▶ **What this task involves**: Restate the data below word for word, keeping each line intact.
↓
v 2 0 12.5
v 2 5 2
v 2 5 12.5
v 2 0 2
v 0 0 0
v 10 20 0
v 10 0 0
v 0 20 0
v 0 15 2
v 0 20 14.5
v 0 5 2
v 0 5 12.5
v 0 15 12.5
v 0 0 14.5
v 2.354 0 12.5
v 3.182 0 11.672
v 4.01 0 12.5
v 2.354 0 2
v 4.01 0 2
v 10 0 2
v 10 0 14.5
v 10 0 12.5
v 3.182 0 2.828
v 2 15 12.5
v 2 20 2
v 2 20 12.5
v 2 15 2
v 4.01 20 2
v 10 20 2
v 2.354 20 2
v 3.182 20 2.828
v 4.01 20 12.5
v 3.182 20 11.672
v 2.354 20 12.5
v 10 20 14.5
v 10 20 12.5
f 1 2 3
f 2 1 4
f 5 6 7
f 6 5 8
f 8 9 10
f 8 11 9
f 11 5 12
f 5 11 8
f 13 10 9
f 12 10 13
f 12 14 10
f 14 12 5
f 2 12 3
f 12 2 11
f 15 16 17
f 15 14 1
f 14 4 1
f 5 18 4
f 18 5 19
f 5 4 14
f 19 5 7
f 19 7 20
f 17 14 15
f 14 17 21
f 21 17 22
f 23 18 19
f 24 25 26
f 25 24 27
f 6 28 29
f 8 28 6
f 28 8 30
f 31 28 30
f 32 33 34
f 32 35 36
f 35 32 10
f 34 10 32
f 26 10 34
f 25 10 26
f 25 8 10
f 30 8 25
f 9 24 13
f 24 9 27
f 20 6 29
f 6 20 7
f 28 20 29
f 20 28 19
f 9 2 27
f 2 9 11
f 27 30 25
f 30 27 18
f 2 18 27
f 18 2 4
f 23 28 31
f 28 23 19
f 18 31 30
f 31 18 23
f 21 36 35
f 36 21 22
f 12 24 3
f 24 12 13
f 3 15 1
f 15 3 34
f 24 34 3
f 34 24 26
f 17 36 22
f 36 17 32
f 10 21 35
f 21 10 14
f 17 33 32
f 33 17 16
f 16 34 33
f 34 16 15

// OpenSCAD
module back()
{
	cube([2,5,14]);
	translate([0,15,0]) cube([2,5,14]);
}

module top()
{
	translate([0,20,14.5]) rotate([180,0,0]) bottom();
}

module bottom()
{
	cube([10,20,2]);
	rotate([0,45,0]) translate([0.25,0,2.25]) cube([2,20,2]);
}

back();
bottom();
top();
↑
▶ **Solution to the exercise**:
v 2 0 12.5
v 2 5 2
v 2 5 12.5
v 2 0 2
v 0 0 0
v 10 20 0
v 10 0 0
v 0 20 0
v 0 15 2
v 0 20 14.5
v 0 5 2
v 0 5 12.5
v 0 15 12.5
v 0 0 14.5
v 2.354 0 12.5
v 3.182 0 11.672
v 4.01 0 12.5
v 2.354 0 2
v 4.01 0 2
v 10 0 2
v 10 0 14.5
v 10 0 12.5
v 3.182 0 2.828
v 2 15 12.5
v 2 20 2
v 2 20 12.5
v 2 15 2
v 4.01 20 2
v 10 20 2
v 2.354 20 2
v 3.182 20 2.828
v 4.01 20 12.5
v 3.182 20 11.672
v 2.354 20 12.5
v 10 20 14.5
v 10 20 12.5
f 1 2 3
f 2 1 4
f 5 6 7
f 6 5 8
f 8 9 10
f 8 11 9
f 11 5 12
f 5 11 8
f 13 10 9
f 12 10 13
f 12 14 10
f 14 12 5
f 2 12 3
f 12 2 11
f 15 16 17
f 15 14 1
f 14 4 1
f 5 18 4
f 18 5 19
f 5 4 14
f 19 5 7
f 19 7 20
f 17 14 15
f 14 17 21
f 21 17 22
f 23 18 19
f 24 25 26
f 25 24 27
f 6 28 29
f 8 28 6
f 28 8 30
f 31 28 30
f 32 33 34
f 32 35 36
f 35 32 10
f 34 10 32
f 26 10 34
f 25 10 26
f 25 8 10
f 30 8 25
f 9 24 13
f 24 9 27
f 20 6 29
f 6 20 7
f 28 20 29
f 20 28 19
f 9 2 27
f 2 9 11
f 27 30 25
f 30 27 18
f 2 18 27
f 18 2 4
f 23 28 31
f 28 23 19
f 18 31 30
f 31 18 23
f 21 36 35
f 36 21 22
f 12 24 3
f 24 12 13
f 3 15 1
f 15 3 34
f 24 34 3
f 34 24 26
f 17 36 22
f 36 17 32
f 10 21 35
f 21 10 14
f 17 33 32
f 33 17 16
f 16 34 33
f 34 16 15

// OpenSCAD
module back()
{
	cube([2,5,14]);
	translate([0,15,0]) cube([2,5,14]);
}

module top()
{
	translate([0,20,14.5]) rotate([180,0,0]) bottom();
}

module bottom()
{
	cube([10,20,2]);
	rotate([0,45,0]) translate([0.25,0,2.25]) cube([2,20,2]);
}

back();
bottom();
top();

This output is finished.